Figure 4 presents summary details for the oligo array:

We can see a sample hybridization slide in Figure 3. This is slide A of the two-slide set; it was hybridized with probes derived from total RNA samples of rice panicles (red) and cultured rice cells (green).

For oligo hybridizations, the following conditions are necessary:

  1. We need improved pre-hybridization in order to block non- specific probes.

  2. We need to provide more probe purification than is usually the case.

  3. A hot start is need to enhance the specificity of the hybridization.

Data collection

Scanning:

  1. Two-slide sets are scanned on a GenePix 4200A scanner.

  2. Initial analysis of the slides is performed using the GenePix 5.0 software packaged.

Replicates:

  1. Three biological repeats are collected for each cell type.

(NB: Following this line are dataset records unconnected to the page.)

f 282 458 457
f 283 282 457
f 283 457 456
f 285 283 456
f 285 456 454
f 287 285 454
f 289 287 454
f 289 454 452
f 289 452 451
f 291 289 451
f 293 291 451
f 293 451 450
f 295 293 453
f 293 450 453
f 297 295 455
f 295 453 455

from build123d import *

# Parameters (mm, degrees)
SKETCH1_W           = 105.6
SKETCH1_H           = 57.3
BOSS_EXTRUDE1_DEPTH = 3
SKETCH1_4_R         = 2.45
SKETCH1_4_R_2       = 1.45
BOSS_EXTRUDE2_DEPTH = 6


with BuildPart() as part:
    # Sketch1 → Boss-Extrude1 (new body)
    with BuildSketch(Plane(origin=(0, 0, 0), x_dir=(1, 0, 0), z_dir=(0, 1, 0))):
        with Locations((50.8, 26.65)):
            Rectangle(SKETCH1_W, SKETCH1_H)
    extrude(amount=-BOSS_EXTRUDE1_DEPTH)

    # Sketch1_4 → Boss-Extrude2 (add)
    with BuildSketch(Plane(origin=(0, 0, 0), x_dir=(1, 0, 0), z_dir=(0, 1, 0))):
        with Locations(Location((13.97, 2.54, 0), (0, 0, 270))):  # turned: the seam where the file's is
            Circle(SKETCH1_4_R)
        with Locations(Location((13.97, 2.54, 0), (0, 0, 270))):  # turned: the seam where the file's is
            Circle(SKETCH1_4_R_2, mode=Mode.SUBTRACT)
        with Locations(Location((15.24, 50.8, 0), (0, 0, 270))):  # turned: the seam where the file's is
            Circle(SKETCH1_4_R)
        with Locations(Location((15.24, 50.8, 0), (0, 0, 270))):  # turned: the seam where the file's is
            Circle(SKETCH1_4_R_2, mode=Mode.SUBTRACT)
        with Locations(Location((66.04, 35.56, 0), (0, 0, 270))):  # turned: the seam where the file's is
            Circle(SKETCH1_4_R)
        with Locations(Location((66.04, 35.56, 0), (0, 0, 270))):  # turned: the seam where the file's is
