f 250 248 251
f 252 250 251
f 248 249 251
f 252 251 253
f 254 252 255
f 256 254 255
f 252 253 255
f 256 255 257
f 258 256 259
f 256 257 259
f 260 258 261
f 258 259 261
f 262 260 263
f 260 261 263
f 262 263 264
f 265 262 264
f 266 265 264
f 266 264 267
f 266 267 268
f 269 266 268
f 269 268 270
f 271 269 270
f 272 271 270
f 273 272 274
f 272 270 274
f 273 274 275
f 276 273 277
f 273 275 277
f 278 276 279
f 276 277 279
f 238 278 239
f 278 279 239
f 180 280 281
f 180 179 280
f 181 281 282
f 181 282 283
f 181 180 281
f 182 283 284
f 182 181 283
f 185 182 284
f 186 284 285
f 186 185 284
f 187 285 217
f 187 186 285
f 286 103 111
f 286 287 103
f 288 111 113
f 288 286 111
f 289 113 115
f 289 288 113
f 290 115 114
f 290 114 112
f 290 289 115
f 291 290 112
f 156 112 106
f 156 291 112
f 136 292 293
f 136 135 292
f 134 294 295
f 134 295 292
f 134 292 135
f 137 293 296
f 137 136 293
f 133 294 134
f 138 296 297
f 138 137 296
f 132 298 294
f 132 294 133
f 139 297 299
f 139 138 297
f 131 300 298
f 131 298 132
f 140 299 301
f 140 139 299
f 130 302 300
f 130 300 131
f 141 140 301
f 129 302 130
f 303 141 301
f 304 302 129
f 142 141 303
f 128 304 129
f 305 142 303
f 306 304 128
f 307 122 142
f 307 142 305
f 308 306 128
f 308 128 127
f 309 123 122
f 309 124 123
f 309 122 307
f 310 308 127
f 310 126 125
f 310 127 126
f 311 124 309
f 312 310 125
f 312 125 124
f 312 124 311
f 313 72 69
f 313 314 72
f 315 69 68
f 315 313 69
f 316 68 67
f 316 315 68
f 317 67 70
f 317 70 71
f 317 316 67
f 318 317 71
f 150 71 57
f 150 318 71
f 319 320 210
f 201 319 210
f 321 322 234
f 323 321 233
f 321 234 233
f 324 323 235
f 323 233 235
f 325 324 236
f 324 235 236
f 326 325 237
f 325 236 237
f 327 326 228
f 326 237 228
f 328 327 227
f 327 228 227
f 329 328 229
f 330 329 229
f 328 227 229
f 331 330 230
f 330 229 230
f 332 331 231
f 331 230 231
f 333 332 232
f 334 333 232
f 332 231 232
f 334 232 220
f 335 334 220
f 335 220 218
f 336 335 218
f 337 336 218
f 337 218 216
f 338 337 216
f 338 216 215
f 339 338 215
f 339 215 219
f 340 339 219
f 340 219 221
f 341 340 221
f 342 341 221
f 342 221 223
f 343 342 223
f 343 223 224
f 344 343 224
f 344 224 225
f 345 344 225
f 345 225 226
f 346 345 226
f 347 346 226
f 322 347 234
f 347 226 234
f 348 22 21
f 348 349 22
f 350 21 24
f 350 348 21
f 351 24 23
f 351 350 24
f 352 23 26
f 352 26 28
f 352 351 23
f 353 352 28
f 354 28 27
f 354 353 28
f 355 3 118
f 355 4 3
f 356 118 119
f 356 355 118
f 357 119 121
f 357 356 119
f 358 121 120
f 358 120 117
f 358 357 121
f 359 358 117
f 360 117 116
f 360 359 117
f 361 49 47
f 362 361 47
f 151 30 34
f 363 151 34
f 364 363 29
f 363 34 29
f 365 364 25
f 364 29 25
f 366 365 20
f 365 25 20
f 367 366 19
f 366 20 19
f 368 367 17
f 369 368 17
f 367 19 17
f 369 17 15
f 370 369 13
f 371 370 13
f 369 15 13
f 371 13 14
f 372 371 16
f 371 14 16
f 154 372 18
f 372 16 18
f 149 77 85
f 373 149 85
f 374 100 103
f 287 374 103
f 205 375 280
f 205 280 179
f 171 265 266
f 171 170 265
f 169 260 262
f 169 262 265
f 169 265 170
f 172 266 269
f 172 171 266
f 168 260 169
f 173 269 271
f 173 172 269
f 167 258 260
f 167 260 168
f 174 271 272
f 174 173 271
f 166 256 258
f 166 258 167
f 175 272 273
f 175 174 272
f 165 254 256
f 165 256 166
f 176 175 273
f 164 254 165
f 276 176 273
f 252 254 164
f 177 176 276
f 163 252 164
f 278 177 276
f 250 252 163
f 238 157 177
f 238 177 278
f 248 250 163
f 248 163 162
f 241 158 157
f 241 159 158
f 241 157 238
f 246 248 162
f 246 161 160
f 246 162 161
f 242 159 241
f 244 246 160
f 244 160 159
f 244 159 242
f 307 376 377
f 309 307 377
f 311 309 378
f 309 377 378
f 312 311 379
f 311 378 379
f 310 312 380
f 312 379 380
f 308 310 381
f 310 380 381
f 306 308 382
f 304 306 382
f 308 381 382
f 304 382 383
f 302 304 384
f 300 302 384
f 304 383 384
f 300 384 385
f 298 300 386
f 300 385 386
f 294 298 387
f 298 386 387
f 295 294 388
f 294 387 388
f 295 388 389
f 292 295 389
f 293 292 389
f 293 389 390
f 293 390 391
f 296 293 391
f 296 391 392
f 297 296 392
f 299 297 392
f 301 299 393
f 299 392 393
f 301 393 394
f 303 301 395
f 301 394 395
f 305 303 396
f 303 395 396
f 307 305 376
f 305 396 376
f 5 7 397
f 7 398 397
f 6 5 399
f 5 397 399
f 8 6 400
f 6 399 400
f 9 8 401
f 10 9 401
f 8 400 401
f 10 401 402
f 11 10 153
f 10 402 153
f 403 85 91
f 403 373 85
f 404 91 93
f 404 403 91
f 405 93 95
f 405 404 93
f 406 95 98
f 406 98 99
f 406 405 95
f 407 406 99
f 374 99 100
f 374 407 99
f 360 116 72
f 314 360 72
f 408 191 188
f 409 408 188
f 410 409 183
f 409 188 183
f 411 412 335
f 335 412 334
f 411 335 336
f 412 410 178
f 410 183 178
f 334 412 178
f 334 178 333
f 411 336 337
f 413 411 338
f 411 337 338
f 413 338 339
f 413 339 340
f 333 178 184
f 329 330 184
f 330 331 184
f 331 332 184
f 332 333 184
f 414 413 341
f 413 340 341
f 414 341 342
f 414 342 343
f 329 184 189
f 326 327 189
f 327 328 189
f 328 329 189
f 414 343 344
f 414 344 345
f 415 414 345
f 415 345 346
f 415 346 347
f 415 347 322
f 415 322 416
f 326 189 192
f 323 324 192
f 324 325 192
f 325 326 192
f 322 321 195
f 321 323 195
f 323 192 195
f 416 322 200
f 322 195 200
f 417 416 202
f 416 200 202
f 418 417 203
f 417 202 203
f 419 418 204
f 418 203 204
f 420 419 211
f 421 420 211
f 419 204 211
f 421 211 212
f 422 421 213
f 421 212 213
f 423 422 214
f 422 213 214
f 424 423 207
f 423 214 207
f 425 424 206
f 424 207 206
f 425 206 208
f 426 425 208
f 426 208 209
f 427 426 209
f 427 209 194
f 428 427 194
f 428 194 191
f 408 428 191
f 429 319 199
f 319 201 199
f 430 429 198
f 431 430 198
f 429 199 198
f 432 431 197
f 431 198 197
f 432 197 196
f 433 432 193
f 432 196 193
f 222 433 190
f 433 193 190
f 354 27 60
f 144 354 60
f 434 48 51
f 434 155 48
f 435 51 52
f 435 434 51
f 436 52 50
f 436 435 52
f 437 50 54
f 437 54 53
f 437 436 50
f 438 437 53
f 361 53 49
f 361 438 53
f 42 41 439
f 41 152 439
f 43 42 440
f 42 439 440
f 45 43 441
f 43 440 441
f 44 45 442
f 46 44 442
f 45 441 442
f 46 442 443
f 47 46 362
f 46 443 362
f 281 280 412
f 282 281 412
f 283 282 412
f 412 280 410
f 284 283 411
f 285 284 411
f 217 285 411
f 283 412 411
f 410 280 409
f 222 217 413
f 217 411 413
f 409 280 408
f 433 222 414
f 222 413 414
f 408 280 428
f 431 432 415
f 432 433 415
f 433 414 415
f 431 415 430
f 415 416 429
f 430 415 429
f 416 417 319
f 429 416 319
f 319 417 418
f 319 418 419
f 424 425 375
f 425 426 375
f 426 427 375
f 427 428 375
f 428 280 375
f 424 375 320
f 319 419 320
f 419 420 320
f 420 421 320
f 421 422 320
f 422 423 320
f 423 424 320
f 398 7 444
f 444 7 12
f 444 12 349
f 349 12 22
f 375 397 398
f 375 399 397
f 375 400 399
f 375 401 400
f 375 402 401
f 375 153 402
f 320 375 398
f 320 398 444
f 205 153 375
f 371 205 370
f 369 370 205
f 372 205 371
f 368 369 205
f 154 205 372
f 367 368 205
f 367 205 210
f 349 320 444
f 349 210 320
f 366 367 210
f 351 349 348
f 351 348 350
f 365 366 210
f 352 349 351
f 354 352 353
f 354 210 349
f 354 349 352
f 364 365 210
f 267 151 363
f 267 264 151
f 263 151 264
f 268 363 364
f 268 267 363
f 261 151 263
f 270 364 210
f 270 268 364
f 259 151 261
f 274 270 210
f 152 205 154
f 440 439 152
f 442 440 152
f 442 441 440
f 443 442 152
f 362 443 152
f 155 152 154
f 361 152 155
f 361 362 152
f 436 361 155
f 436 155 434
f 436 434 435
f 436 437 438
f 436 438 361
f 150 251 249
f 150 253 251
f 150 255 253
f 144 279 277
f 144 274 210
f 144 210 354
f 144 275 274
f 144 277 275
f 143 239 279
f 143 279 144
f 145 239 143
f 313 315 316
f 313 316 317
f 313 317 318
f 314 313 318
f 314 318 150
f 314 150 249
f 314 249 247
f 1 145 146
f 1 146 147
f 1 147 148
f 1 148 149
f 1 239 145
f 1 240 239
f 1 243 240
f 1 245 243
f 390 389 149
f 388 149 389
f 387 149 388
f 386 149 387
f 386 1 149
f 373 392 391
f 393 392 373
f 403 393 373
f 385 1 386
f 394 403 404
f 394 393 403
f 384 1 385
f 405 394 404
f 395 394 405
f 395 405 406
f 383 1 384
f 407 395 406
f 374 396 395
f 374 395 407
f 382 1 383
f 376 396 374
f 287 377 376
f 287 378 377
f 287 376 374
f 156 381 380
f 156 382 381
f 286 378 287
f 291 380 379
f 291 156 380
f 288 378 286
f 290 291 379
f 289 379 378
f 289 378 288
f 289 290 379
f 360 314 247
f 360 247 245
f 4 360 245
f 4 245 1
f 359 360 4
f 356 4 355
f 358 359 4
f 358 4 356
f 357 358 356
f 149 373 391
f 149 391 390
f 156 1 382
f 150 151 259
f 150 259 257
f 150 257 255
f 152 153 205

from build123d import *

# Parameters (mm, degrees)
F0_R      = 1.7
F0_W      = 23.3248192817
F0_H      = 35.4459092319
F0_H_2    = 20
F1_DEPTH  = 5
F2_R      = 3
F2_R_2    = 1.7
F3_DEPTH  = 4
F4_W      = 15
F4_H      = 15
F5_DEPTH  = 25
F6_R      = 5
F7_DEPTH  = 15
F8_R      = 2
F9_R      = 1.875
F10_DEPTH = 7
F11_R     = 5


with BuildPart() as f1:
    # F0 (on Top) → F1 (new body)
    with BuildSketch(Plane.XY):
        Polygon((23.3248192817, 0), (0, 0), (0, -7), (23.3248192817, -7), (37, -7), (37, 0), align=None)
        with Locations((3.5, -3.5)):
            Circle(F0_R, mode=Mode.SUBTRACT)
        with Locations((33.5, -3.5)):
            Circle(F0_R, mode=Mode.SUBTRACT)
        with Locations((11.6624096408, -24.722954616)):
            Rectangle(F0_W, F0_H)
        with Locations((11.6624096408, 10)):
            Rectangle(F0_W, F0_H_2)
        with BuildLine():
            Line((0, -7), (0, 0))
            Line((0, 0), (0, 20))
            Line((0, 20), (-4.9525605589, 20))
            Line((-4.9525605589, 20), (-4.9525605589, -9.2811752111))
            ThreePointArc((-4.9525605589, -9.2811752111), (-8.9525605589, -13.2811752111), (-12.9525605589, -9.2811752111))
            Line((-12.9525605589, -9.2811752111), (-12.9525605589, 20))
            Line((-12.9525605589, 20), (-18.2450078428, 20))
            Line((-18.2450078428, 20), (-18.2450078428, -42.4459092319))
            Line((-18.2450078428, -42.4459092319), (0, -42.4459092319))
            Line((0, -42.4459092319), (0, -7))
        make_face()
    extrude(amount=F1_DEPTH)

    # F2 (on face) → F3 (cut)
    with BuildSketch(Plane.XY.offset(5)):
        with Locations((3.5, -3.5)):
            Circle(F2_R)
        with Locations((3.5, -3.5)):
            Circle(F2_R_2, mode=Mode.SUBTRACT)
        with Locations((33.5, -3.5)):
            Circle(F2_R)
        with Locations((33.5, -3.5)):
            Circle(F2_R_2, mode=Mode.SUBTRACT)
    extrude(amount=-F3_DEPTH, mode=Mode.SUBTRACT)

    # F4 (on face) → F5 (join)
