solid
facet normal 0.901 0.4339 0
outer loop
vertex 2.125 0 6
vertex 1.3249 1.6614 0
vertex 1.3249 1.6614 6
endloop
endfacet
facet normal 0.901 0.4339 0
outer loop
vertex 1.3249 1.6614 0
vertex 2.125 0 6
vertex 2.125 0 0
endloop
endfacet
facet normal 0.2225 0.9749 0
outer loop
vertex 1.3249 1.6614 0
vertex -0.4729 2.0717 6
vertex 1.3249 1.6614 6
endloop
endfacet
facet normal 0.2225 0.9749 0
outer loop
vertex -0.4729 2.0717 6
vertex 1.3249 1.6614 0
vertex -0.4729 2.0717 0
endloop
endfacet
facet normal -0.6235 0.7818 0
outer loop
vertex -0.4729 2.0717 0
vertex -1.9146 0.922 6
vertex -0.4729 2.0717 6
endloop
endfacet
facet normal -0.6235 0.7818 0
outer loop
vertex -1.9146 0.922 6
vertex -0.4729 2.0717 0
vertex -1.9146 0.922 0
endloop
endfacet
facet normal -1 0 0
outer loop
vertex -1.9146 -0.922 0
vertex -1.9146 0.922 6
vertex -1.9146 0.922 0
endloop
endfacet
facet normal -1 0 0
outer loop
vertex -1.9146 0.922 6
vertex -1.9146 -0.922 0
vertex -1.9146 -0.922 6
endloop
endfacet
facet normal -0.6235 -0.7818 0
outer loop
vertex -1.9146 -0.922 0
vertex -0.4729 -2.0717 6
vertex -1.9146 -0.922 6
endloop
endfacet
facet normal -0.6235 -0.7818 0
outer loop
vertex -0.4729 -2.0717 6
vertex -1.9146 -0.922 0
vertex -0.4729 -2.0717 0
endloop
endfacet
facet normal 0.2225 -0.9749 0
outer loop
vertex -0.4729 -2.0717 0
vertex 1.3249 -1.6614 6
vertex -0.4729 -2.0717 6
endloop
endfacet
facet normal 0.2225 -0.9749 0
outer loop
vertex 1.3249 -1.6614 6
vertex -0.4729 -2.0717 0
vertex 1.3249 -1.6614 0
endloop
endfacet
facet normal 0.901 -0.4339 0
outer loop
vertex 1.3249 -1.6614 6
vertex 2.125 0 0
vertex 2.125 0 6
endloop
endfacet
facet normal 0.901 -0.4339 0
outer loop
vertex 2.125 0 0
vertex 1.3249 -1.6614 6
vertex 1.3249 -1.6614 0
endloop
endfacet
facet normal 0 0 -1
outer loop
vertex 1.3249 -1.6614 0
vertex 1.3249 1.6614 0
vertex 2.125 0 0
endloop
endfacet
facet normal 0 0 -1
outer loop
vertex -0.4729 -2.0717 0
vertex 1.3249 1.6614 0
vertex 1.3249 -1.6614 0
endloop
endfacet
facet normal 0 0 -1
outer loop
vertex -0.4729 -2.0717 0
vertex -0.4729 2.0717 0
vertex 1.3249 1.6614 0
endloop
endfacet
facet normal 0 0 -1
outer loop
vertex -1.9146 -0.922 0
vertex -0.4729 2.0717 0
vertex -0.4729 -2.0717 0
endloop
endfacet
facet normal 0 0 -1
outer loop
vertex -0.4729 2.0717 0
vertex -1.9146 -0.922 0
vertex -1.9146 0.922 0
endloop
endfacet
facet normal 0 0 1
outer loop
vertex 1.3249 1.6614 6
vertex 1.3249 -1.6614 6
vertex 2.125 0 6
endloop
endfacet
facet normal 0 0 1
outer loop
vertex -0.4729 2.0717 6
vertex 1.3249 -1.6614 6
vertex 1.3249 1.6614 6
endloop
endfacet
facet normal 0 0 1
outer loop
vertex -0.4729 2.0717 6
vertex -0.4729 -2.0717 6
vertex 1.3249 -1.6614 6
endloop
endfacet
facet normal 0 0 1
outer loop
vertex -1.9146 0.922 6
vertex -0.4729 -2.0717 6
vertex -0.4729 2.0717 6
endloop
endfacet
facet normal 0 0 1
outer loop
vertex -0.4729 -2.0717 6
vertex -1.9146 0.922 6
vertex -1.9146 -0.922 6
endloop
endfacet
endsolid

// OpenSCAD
// file: ../configurations/global.scad
// Display
display_buttons = true;

wood_throw_m3_diameter = 3.3;

// Generics
he14female_z_size = 8.5;
insert_throw_diameter = 4.25;
insert_throw_length = 6;
throw_m3_diameter = 3.5;

mil = 2.54;

// external size
case_external_x_size = 110; // 105
case_external_y_size = 55; // 66
case_external_z_size = 60;
case_external_panes_thickness = 4.8;


housing_facades_throws_diameter = wood_throw_m3_diameter;

facade_front_round_edges_radius = 5;
facade_throws_margin = 5;

facade_speaker_holder_z_size = 1;

speaker_border_offset = 30; // 25

// speakers
speaker_1_x_y_coords = [
    speaker_border_offset,
    case_external_y_size / 2
];

speaker_2_x_y_coords = [
    case_external_x_size - speaker_border_offset,
    case_external_y_size / 2
];

speakers_x_y_coords = [
    speaker_1_x_y_coords,
    speaker_2_x_y_coords
];


// facade corners
facade_fn = 100;

// Button
wood_facade_top_on_off_button_throw_diameter = 12.3;
facade_top_on_off_button_throw_diameter = 12.4;

// USB Connector
usb_connector_diameter = 10.65;
usb_connector_throw_diameter = 10.9;
usb_connector_throw_fn = 250;

motherBoardComponent_breadboard_camera_point_position = [5, 3];
breadboard_z_size = 1.5;


onOffButton_position_coords = [15, 30];
chargerConnector_position_coords = [15, 15];

control_buttons_position_coords_list = [
    [19 * 2, case_external_y_size, case_external_z_size / 2],
    [19 * 3, case_external_y_size, case_external_z_size / 2],
    [19 * 4, case_external_y_size, case_external_z_size / 2]
];

onOffButtonThrowEnveloppe_fn = 250;
boltEnveloppe_fn = 100;

// Housing border
housingBorderPiece_border_thickness = 4;

Battery_coords_position = [23, 4];

// Usb Connector
usbConnectorThrowEnveloppe_margin = 0.25;
usbConnectorThrowEnveloppe_length = 20;
usbConnectorThrowEnveloppe_fn = 100;


max98357_center_coords = [20, 30];
// main file
include <../configurations/global.scad>

module insertThrowEnveloppe() {
    cylinder(d = 4.25, h = insert_throw_length, center = false);
}

insertThrowEnveloppe();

  2. Independent hybridizations are performed using a dye swap.

  3. The correlation coefficient between two repeats is calculated and values lower than 0.85 are rejected.

  4. Normalization is performed among different cell types. This ensures that profiles are comparable among all cell types.

  5. Cell types are analyzed on a 'first in first out' (FIFO) basis. Cell types from the same organ are grouped for analysis.

Normalization:

  1. The locally weighted scatter plot among repeats is smoothed using Lowess. This is to reduce the impact of noise caused by dye swapping.

  2. We then perform quantile normalization so that the same data distribution exists among repeats of each cell type.

  3. Finally, we perform median-based normalization among different cell types to normalize expression intensities.

Gene expression:

  1. We rely on an intensity-based determination of transcription.

  2. Recognition of spots is performed using GenePix tools. Bad spots are manually flagged.

  3. An expression cut-off is drawn for each hybridization based upon these negative control spots.

  4. To be considered as expressed, a gene should be detected at least twice in three separated hybridizations.